The Flower of Meditation is Resilience

Dec 24, 2018 | Mindfulness Meditation | 0 comments

Purple flowers growing up through cracks in concrete.

It seems timely to republish and repurpose this post as the Silly Season takes its toll. Not only on me, but perhaps on you, too.

Resilience shattered

The terrifying storm of last week took out our power for three days. We have lovely friends who donated freezer space for Christmas dinner items that we’d shopped for early. For instance, prawns! We ended up borrowing a generator from a neighbour who didn’t need it. It seems to me that emergencies in Australia bring out the best in people. Despite these kindnesses, I still felt very inconvenienced.

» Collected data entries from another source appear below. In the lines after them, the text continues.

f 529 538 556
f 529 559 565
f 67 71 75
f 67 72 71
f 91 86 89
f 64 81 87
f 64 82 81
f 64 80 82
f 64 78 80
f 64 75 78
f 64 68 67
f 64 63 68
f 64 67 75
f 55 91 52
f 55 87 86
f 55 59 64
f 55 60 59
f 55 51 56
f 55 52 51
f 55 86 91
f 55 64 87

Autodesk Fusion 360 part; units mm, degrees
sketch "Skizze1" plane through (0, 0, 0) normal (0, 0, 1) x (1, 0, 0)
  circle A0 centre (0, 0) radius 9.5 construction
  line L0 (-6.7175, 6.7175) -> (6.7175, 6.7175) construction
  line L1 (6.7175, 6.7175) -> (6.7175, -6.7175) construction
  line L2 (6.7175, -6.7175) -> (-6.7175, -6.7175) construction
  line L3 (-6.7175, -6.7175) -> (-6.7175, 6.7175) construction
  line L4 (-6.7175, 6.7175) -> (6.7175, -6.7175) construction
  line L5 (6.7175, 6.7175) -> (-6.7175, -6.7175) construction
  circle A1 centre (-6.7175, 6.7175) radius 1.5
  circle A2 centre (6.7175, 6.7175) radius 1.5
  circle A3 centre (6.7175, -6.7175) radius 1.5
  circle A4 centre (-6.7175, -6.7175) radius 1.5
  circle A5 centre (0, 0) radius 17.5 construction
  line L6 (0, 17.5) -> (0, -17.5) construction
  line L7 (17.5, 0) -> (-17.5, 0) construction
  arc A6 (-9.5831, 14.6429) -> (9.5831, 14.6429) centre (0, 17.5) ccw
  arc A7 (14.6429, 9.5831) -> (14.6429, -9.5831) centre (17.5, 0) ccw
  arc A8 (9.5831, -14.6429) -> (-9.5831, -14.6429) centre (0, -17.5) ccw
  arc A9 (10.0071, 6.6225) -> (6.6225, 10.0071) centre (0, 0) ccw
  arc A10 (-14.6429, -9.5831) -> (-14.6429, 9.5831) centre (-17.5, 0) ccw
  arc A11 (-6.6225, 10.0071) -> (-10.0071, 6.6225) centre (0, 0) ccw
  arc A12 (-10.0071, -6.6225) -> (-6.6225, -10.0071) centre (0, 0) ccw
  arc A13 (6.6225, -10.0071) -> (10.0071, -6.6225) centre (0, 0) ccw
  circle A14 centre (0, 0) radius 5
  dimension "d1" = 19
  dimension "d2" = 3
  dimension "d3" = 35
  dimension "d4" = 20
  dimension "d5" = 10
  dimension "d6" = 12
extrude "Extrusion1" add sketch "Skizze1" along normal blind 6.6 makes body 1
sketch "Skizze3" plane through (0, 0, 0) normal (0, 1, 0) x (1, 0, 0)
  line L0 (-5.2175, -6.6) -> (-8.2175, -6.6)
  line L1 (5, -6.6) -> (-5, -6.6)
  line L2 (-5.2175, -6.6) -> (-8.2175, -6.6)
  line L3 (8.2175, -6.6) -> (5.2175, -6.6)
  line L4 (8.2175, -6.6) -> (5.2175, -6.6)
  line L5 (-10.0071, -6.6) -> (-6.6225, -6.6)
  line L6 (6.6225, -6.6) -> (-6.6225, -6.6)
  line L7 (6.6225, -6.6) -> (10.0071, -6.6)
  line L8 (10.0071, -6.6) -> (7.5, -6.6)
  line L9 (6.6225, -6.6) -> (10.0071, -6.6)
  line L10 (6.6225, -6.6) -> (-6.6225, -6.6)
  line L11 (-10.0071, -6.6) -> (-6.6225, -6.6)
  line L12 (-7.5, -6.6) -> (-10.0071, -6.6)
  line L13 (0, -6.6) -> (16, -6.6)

I didn’t do well going without my comforts. Reading with camping headlights at night, watching the laundry stack up, washing dishes by hand and, sorry to admit, no Netflix. I do know that all these are first world problems. Especially when weighed against the recent devastating Indonesian tsunami, for instance.

But if I had prided myself on being an evolved being, it was clear that I needed to step down from my pedestal. I was grumpy and upset simply by the impact of the loss of electricity. I even felt envy as others on our island had their power restored.

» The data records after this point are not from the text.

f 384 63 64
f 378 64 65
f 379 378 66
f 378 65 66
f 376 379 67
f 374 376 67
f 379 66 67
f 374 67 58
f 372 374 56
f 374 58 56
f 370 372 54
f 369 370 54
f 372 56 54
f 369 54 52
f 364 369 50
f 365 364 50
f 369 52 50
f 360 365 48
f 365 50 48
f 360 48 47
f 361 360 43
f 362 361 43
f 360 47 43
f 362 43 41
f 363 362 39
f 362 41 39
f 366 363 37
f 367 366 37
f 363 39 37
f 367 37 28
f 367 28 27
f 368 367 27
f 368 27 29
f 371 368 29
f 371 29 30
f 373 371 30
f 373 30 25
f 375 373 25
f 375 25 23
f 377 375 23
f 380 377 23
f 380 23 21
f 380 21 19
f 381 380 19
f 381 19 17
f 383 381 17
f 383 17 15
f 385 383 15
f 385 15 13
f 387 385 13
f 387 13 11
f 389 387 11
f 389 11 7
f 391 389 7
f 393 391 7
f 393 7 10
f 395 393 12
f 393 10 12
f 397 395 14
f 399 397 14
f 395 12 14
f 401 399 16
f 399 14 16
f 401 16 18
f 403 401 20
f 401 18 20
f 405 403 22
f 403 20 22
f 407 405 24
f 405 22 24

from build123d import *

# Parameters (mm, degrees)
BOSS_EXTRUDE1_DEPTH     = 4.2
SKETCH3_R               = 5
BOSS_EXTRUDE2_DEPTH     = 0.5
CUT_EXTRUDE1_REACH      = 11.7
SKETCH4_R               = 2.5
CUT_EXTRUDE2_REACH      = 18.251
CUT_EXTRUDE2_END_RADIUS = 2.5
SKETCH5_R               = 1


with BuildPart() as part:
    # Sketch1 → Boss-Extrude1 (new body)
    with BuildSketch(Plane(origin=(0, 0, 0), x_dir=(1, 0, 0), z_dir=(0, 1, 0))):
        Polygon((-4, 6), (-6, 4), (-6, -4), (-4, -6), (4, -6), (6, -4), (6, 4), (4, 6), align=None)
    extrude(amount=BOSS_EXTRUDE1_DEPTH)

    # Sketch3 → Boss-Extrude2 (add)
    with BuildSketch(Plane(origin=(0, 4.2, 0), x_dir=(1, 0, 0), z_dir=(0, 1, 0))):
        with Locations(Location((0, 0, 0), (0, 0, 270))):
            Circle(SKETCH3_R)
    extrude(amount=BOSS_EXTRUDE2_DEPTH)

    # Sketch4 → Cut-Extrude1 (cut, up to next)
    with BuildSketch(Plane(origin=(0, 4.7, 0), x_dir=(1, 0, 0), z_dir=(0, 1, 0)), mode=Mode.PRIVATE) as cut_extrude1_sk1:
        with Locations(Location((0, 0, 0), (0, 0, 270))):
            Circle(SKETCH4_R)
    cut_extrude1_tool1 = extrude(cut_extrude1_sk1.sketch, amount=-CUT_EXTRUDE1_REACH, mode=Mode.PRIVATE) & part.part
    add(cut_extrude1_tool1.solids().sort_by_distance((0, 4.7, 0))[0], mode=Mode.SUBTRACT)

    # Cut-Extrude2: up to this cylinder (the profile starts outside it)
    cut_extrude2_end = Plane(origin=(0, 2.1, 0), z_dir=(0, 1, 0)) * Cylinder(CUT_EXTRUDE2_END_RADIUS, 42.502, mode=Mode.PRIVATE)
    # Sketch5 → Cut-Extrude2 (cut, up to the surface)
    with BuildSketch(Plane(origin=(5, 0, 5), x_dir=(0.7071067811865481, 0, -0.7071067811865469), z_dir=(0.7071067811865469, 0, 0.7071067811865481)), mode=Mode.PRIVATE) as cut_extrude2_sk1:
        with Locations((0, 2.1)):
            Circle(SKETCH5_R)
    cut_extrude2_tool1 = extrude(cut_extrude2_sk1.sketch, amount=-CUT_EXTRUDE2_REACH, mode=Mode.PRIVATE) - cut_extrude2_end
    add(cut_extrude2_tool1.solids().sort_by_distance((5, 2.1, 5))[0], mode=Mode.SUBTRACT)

Ageing can erode resilience

Just when I’ve needed it the most, I’ve neglected my meditation practice.

I am an elder but that does not always make me wise. One of my goals in doing regular meditation is to develop the quality of resilience. To be able to get myself out of a heavy mood in a reasonable timeframe. To get up off the floor when I feel like I’ve been run over by a Mack truck. The Japanese have a saying, “Fall down 7 times, get up 8.”

The problem with getting older is that ageing can erode your resilience. Things that used to work well don’t anymore. Reading requires close-up glasses. Driving requires distance glasses. Dining out requires a sound-friendly restaurant. Weight creeps up and patience wears down. Fools can no longer be suffered.

The flower of mediation

Meditation offers practice in pausing and breathing. It has let me extrapolate from the peace of my practice to the way I deal with situations in the ‘real world.’ I’ve been able to practice creating a parenthesis around knee-jerk reactions. A buffer between hearing and seeing, and reacting.

The mechanism for how this happens is that meditation ultimately exposes the Self, that part that is aware and capable of watching.

Meditator, Peter Bregman of the Harvard Business Review says:

Unless you find solid footing in your consistent, unshakable Self, you’ll be thrown off balance and lose your way. You’ll change your mind at the first resistance. You’ll become overconfident when praise abounds. And you’ll make poor decisions, just to feel better.

Connecting with your Self is the key to maintaining your equanimity, your peace, your clarity, and your judgment, even in the face of changing circumstances and pressures.

Resilience gives you the space to recover yourself, your best self, your higher self. You get to bounce back.

I was amazed that I bounced back so quickly after our energy company turned our power back on. Yet, I’ve decided I need to recommit to my regular meditation practice. Maybe you’d like to consider such a resolve for yourself, too.